We became instant friends, and I came to understand that I was not dealing with an ordinary rabbi.

As described by other friends and colleges, Rabbi Spar was a maverick, anything but conventional and predictable. He was involved in interfaith before it was popular, inviting church groups to his services. At his grandson’s bar mitzvah at our shul three years ago, he surprised everybody by inviting a gospel singer with whom he had secretly practiced for months. He was also ahead of his time regarding women’s
participation in services, and also at officiating at same-sex marriages.

One of the stories told at the shiva for Rabbi Spar shocked me, but didn’t surprise me. The story concerned a bat mitzvah girl with whom he had traveled to Jerusalem. The morning of the event at the Kotel, he told her to dress up in pants, gather hair under a baseball cap, and put on a tallit. And there you have it — Spar’s version of Yentl celebrating her bat mitzvah in the men’s section.
Sometimes you need a rebel with a cause to move the wheels of progress forward. When the needs of the people are knocking at the gates of tradition, someone has to open the door. As the Talmud tells us in some famous halachik turning points, “See what the people are doing.” Sometimes you need to love tradition enough to change it.
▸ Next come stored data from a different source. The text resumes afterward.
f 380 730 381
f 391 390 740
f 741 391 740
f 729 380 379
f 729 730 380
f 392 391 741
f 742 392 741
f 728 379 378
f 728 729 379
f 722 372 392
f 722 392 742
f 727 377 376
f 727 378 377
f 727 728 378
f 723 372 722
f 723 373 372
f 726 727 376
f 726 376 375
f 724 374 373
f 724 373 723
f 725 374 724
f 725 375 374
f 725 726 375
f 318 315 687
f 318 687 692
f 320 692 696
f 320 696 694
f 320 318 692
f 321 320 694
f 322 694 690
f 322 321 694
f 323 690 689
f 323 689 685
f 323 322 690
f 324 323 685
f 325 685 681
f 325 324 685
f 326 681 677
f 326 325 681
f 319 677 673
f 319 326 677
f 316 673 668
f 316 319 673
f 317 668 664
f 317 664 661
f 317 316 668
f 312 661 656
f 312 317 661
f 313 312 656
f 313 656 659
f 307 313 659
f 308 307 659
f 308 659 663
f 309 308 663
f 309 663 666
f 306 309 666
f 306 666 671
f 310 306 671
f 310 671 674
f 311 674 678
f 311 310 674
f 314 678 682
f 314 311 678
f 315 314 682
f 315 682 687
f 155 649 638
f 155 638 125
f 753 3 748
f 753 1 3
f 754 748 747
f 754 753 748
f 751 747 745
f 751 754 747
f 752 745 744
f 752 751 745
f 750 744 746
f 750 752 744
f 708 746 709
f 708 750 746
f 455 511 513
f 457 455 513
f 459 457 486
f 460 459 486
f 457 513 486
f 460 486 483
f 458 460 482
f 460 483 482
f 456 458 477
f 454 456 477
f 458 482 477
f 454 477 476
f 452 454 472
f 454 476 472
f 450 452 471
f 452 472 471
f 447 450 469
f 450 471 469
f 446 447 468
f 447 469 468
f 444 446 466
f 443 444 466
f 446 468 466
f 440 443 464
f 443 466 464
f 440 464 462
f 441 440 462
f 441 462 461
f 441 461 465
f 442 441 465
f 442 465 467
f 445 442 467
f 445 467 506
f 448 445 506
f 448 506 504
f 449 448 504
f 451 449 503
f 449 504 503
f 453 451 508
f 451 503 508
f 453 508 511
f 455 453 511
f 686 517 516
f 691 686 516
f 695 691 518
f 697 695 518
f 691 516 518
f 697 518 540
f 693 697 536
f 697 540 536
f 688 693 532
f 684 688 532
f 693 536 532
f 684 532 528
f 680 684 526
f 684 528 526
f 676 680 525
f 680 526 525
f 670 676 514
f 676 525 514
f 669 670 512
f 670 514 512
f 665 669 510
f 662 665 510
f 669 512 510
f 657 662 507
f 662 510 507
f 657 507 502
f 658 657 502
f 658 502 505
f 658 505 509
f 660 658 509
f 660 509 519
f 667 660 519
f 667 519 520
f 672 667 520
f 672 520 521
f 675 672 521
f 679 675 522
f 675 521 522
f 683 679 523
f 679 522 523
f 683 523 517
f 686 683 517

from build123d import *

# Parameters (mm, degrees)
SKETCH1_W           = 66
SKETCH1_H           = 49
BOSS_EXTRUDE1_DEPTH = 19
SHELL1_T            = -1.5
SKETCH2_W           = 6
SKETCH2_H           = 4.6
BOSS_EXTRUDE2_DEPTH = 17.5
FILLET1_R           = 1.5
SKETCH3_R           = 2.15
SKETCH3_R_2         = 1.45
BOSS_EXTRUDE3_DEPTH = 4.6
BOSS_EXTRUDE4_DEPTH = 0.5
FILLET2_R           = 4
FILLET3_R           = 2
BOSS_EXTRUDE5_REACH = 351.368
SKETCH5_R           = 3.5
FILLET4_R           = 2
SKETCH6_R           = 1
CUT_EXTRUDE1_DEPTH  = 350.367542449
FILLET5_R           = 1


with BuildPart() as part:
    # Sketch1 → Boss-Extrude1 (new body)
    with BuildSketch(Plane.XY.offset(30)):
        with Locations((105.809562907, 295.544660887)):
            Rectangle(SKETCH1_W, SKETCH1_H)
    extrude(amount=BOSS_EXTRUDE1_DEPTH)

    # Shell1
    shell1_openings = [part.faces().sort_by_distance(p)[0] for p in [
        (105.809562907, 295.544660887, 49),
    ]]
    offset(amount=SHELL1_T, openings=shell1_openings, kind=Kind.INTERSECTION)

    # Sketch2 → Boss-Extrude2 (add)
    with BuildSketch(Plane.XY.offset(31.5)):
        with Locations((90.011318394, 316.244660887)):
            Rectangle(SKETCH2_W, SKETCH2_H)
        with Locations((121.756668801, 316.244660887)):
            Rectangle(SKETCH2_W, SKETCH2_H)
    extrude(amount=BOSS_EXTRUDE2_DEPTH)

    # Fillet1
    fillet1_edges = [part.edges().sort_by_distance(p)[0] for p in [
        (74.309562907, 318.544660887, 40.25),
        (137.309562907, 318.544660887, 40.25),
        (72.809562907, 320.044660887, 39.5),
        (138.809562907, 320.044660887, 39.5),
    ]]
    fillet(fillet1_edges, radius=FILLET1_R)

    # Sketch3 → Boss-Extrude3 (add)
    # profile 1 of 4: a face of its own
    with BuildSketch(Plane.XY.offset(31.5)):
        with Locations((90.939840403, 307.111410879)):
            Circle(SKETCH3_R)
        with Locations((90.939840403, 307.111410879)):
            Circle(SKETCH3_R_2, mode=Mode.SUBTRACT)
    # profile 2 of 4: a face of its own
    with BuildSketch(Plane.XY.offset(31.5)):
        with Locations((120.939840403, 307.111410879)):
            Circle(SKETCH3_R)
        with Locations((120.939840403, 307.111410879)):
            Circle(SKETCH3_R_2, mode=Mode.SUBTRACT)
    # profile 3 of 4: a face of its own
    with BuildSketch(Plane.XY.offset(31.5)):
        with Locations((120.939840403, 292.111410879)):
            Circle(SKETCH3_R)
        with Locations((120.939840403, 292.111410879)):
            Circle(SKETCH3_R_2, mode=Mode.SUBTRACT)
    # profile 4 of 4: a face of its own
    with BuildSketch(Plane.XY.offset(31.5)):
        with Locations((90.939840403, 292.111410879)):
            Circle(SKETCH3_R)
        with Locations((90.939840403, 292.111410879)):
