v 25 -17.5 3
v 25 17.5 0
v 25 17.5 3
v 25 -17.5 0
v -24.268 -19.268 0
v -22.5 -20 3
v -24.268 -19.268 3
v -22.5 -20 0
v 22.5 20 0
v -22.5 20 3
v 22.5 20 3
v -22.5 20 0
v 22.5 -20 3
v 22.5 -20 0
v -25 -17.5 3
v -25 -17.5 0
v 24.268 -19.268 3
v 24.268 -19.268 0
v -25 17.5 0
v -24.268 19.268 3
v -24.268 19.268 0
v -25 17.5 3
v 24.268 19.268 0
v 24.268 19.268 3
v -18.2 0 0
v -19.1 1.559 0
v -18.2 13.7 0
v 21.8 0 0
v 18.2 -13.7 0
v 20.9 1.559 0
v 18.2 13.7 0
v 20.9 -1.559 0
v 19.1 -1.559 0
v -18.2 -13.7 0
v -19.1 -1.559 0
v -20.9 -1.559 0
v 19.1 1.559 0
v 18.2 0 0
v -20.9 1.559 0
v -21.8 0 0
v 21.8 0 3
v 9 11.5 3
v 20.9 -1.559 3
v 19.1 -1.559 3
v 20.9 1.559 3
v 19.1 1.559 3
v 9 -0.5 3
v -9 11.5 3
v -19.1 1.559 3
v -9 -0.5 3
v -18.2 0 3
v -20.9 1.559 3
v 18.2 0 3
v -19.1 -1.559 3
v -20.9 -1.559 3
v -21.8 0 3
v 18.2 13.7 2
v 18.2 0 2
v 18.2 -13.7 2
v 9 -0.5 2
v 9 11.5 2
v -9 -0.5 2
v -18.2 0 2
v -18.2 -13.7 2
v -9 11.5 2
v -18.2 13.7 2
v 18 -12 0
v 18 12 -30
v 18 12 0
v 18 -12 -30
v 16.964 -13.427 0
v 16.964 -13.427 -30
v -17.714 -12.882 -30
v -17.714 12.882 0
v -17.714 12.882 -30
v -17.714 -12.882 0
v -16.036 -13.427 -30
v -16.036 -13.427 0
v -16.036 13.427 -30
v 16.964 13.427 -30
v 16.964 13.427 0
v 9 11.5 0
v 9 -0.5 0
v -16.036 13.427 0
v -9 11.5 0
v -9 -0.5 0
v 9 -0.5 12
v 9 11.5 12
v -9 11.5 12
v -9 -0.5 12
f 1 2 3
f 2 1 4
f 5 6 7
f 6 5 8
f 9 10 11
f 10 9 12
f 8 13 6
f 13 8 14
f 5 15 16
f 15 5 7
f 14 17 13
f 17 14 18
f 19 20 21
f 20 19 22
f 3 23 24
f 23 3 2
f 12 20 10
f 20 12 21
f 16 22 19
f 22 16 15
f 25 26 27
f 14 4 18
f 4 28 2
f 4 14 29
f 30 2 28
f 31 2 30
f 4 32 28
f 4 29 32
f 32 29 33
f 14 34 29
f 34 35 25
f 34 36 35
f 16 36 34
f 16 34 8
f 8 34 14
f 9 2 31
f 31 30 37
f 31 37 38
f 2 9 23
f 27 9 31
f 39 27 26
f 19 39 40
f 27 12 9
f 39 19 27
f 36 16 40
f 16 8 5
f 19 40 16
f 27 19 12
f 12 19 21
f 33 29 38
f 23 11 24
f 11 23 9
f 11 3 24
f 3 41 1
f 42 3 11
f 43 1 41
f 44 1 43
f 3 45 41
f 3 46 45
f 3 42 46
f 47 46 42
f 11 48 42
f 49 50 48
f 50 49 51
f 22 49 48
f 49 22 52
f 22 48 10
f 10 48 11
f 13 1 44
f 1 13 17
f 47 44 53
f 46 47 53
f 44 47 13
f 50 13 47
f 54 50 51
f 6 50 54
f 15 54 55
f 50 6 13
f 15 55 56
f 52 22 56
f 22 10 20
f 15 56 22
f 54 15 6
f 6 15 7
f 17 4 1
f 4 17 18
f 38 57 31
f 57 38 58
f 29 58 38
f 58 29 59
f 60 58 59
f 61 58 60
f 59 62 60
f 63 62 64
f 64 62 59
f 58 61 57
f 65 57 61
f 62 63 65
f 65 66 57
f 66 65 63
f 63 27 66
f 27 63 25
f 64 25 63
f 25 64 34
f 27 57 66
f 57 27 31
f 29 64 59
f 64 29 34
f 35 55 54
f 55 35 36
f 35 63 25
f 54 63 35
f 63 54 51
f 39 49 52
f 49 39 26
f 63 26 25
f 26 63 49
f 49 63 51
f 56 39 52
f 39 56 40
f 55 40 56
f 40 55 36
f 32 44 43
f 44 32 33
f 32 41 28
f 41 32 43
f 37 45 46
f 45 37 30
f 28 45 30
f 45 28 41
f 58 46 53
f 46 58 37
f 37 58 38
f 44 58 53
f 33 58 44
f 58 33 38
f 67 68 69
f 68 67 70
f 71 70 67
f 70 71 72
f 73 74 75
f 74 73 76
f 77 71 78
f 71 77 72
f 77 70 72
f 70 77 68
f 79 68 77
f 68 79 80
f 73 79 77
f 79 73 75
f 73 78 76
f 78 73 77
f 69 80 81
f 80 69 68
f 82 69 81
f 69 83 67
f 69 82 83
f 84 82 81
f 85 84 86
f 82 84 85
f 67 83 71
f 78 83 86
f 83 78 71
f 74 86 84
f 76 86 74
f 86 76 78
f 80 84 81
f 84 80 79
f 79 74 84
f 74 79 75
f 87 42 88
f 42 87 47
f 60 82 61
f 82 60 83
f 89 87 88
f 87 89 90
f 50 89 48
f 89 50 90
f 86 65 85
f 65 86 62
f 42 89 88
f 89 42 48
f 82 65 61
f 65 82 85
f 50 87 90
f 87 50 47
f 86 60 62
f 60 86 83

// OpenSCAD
// Parameters
cutout_width_mm = 36; //[18:72:0.1]
cutout_height_mm = 27; //[13.5:54:0.1]
panel_thickness_mm = 2; //[1:4:0.1]
flange_width_mm = 50; //[35:80:0.1]
flange_height_mm = 40; //[30:70:0.1]
flange_thickness_mm = 3; //[1.5:6:0.1]
bezel_radius_mm = 2.5; //[1:6:0.1]
corner_radius_mm = 1.5; //[0.5:4:0.1]
screw_hole_diameter_mm = 3.2; //[2.4:5:0.1]
screw_hole_pitch_x_mm = 40; //[28:60:0.1]
screw_hole_pitch_y_mm = 0; //[0:20:0.1]
body_depth_mm = 30; //[20:60:0.1]
fuse_drawer_projection_mm = 8; //[4:16:0.1]
terminal_clearance_depth_mm = 12; //[6:25:0.1]
tolerance_mm = 0.2; //[0:0.8:0.05]
overlap_mm = 1; //[0.5:2:0.1]
body_wall_mm = 2; //[1:4:0.1]
fuse_drawer_width_mm = 18; //[12:28:0.1]
fuse_drawer_height_mm = 12; //[8:20:0.1]
fuse_drawer_depth_mm = 16; //[10:30:0.1]
spade_clearance_width_mm = 26; //[18:40:0.1]
spade_clearance_height_mm = 18; //[12:30:0.1]

// IEC Inlet Module
module iec() {
  color("Black") {
    // Front Flange Bezel
    difference() {
      hull() {
        translate([flange_width_mm/2 - bezel_radius_mm, flange_height_mm/2 - bezel_radius_mm, panel_thickness_mm/2 + flange_thickness_mm/2 - overlap_mm])
          cylinder(r=bezel_radius_mm, h=flange_thickness_mm, center=true);
        translate([-flange_width_mm/2 + bezel_radius_mm, flange_height_mm/2 - bezel_radius_mm, panel_thickness_mm/2 + flange_thickness_mm/2 - overlap_mm])
          cylinder(r=bezel_radius_mm, h=flange_thickness_mm, center=true);
        translate([flange_width_mm/2 - bezel_radius_mm, -flange_height_mm/2 + bezel_radius_mm, panel_thickness_mm/2 + flange_thickness_mm/2 - overlap_mm])
          cylinder(r=bezel_radius_mm, h=flange_thickness_mm, center=true);
        translate([-flange_width_mm/2 + bezel_radius_mm, -flange_height_mm/2 + bezel_radius_mm, panel_thickness_mm/2 + flange_thickness_mm/2 - overlap_mm])
          cylinder(r=bezel_radius_mm, h=flange_thickness_mm, center=true);
        translate([0, 0, panel_thickness_mm/2 + flange_thickness_mm/2 - overlap_mm])
          cube([flange_width_mm - 2*bezel_radius_mm, flange_height_mm - 2*bezel_radius_mm, flange_thickness_mm], center=true);
      }
      translate([0, 0, 0])
        cube([cutout_width_mm + 2*tolerance_mm, cutout_height_mm + 2*tolerance_mm, panel_thickness_mm + 2*overlap_mm], center=true);
      translate([-screw_hole_pitch_x_mm/2, screw_hole_pitch_y_mm/2, panel_thickness_mm/2 + flange_thickness_mm/2 - overlap_mm])
        cylinder(r=screw_hole_diameter_mm/2 + tolerance_mm, h=flange_thickness_mm + panel_thickness_mm + 4*overlap_mm, center=true);
      translate([screw_hole_pitch_x_mm/2, -screw_hole_pitch_y_mm/2, panel_thickness_mm/2 + flange_thickness_mm/2 - overlap_mm])
        cylinder(r=screw_hole_diameter_mm/2 + tolerance_mm, h=flange_thickness_mm + panel_thickness_mm + 4*overlap_mm, center=true);
    }
  }
}

// Mod Component
module mod() {
  color("DimGray") {
    // IEC Inlet Body
    hull() {
      translate([cutout_width_mm/2 - corner_radius_mm, cutout_height_mm/2 - corner_radius_mm, -panel_thickness_mm/2 - body_depth_mm/2 + overlap_mm])
        cylinder(r=corner_radius_mm, h=body_depth_mm, center=true);
      translate([-cutout_width_mm/2 + corner_radius_mm, cutout_height_mm/2 - corner_radius_mm, -panel_thickness_mm/2 - body_depth_mm/2 + overlap_mm])
        cylinder(r=corner_radius_mm, h=body_depth_mm, center=true);
      translate([cutout_width_mm/2 - corner_radius_mm, -cutout_height_mm/2 + corner_radius_mm, -panel_thickness_mm/2 - body_depth_mm/2 + overlap_mm])
        cylinder(r=corner_radius_mm, h=body_depth_mm, center=true);
      translate([-cutout_width_mm/2 + corner_radius_mm, -cutout_height_mm/2 + corner_radius_mm, -panel_thickness_mm/2 - body_depth_mm/2 + overlap_mm])
        cylinder(r=corner_radius_mm, h=body_depth_mm, center=true);
      translate([0, 0, -panel_thickness_mm/2 - body_depth_mm/2 + overlap_mm])
        cube([cutout_width_mm - 2*corner_radius_mm, cutout_height_mm - 2*corner_radius_mm, body_depth_mm], center=true);
    }
    // Fuse Drawer Housing
    translate([0, cutout_height_mm/2 - fuse_drawer_height_mm/2 - body_wall_mm, panel_thickness_mm/2 + flange_thickness_mm + fuse_drawer_projection_mm - fuse_drawer_depth_mm/2])
      cube([fuse_drawer_width_mm, fuse_drawer_height_mm, fuse_drawer_depth_mm], center=true);
  }
}

// Assembly
module assembly() {
  iec();
  mod();
}

assembly();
Is it worth it to be rebellious? In many ways, you pay high prices for that. But being a rebel is an essence, not a choice. In fact, before his death, Elliott had just finished an autobiographical account titled Rebel Rabbi, which will be published soon. As readers will learn, he was able to be a rebel with respect to all. To be a rebel that brings about change is a talent. One of his assistants wrote that Rabbi Spar epitomized Rabbi Israel Salanter’s aphorism, “A rabbi whose community does not disagree with him is not a rabbi. A rabbi who fears his community is no mentsch.”

As a testimony to that, hundreds of people attended his funeral, and many more wrote letters and made calls to his family to express their gratitude. May his memory and courage inspire us for many years to come.

And may we all enjoy a peaceful 2023.